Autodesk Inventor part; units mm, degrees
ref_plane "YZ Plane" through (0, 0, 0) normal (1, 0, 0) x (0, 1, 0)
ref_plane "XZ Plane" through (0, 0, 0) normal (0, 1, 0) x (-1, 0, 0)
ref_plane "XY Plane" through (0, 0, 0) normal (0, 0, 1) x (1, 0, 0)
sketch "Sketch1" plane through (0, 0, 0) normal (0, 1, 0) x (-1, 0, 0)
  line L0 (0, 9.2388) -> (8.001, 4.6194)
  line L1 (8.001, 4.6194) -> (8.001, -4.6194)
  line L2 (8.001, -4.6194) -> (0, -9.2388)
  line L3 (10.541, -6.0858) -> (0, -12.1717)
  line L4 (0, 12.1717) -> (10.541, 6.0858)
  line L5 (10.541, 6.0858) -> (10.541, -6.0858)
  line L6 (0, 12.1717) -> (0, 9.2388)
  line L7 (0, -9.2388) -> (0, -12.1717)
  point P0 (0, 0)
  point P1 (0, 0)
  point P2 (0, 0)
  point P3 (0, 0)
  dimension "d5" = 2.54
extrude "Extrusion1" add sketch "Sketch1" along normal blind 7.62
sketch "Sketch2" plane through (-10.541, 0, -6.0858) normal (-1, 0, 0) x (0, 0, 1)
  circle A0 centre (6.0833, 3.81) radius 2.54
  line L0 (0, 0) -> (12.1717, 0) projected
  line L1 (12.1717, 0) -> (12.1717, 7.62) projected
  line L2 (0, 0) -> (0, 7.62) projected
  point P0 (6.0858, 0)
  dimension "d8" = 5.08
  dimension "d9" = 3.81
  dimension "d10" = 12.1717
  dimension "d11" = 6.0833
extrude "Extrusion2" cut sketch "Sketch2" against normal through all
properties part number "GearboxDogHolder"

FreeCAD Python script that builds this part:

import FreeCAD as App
import Part
import Sketcher
Q = App.Units.Quantity

doc = App.newDocument("Part")
body = doc.addObject("PartDesign::Body", "Body")

# Sketch on XZ plane
sketch1 = body.newObject("Sketcher::SketchObject", "Sketch")
sketch1.AttachmentSupport = (doc.getObject("XZ_Plane"), [""])
sketch1.MapMode = "FlatFace"
sketch1.addGeometry(Part.LineSegment(App.Vector(0, 12.2, 0), App.Vector(0, 9.2, 0)), False)
sketch1.addGeometry(Part.LineSegment(App.Vector(0, 9.2, 0), App.Vector(-8, 4.6, 0)), False)
sketch1.addGeometry(Part.LineSegment(App.Vector(-8, 4.6, 0), App.Vector(-8, -4.6, 0)), False)
sketch1.addGeometry(Part.LineSegment(App.Vector(-8, -4.6, 0), App.Vector(0, -9.2, 0)), False)
sketch1.addGeometry(Part.LineSegment(App.Vector(0, -9.2, 0), App.Vector(0, -12.2, 0)), False)
sketch1.addGeometry(Part.LineSegment(App.Vector(0, -12.2, 0), App.Vector(-10.5, -6.1, 0)), False)
sketch1.addGeometry(Part.LineSegment(App.Vector(-10.5, -6.1, 0), App.Vector(-10.5, 6.1, 0)), False)
sketch1.addGeometry(Part.LineSegment(App.Vector(-10.5, 6.1, 0), App.Vector(0, 12.2, 0)), False)
sketch1.addConstraint(Sketcher.Constraint("Coincident", 0, 2, 1, 1))
sketch1.addConstraint(Sketcher.Constraint("Coincident", 1, 2, 2, 1))
sketch1.addConstraint(Sketcher.Constraint("Coincident", 2, 2, 3, 1))
sketch1.addConstraint(Sketcher.Constraint("Coincident", 3, 2, 4, 1))
sketch1.addConstraint(Sketcher.Constraint("Coincident", 4, 2, 5, 1))
sketch1.addConstraint(Sketcher.Constraint("Coincident", 5, 2, 6, 1))
sketch1.addConstraint(Sketcher.Constraint("Coincident", 6, 2, 7, 1))
sketch1.addConstraint(Sketcher.Constraint("Coincident", 7, 2, 0, 1))
sketch1.addConstraint(Sketcher.Constraint("Vertical", 0))
sketch1.addConstraint(Sketcher.Constraint("Vertical", 2))
sketch1.addConstraint(Sketcher.Constraint("Vertical", 4))
sketch1.addConstraint(Sketcher.Constraint("Vertical", 6))
sketch1.addConstraint(Sketcher.Constraint("Symmetric", 0, 2, 3, 2, -1, 1))
sketch1.addConstraint(Sketcher.Constraint("Symmetric", 4, 2, 7, 2, -1))
sketch1.addConstraint(Sketcher.Constraint("Parallel", 3, 5))
sketch1.addConstraint(Sketcher.Constraint("Parallel", 1, 7))
sketch1.addConstraint(Sketcher.Constraint("Equal", 1, 3))
sketch1.addConstraint(Sketcher.Constraint("DistanceX", 5, 2, 2, 2, Q("0.1 in")))
sketch1.addConstraint(Sketcher.Constraint("Angle", 1, Q("-150 deg")))
sketch1.addConstraint(Sketcher.Constraint("DistanceY", 6, 1, 6, 2, Q("0.4792 in")))
sketch1.addConstraint(Sketcher.Constraint("DistanceX", 1, 2, -1, 1, Q("0.315 in")))
sketch1.addConstraint(Sketcher.Constraint("DistanceY", 0, 2, 0, 1, 2.933))
pad1 = body.newObject("PartDesign::Pad", "Pad")
pad1.Profile = sketch1
pad1.Length = Q("0.3 in")
pad1.Reversed = True

# Sketch on YZ plane
sketch2 = body.newObject("Sketcher::SketchObject", "Sketch001")
sketch2.AttachmentSupport = (doc.getObject("YZ_Plane"), [""])
sketch2.MapMode = "FlatFace"
sketch2.AttachmentOffset = App.Placement(App.Vector(0, 0, -0.415 * 25.4), App.Rotation())
sketch2.addGeometry(Part.Circle(App.Vector(3.8, 0, 0), App.Vector(0, 0, 1), 2.5), False)
sketch2.addConstraint(Sketcher.Constraint("Diameter", 0, Q("0.2 in")))
sketch2.addConstraint(Sketcher.Constraint("DistanceX", -1, 1, 0, 3, Q("0.15 in")))
sketch2.addConstraint(Sketcher.Constraint("DistanceY", 0, 3, -1, 1, Q("0.0001 in")))
pocket1 = body.newObject("PartDesign::Pocket", "Pocket")
pocket1.Profile = sketch2
pocket1.Type = "ThroughAll"
pocket1.Reversed = True

doc.recompute()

◆ ◆ ◆ ◆ ◆ ◆ ◆

__PROBLEM TO SOLVE__:
Output, from the data above, the lines from the line with "normal through all" to the line with "FreeCAD Python script" exactly as they stand, both ends included and nothing else.

__ANSWER TO THE EXERCISE__:
extrude "Extrusion2" cut sketch "Sketch2" against normal through all
properties part number "GearboxDogHolder"

FreeCAD Python script that builds this part:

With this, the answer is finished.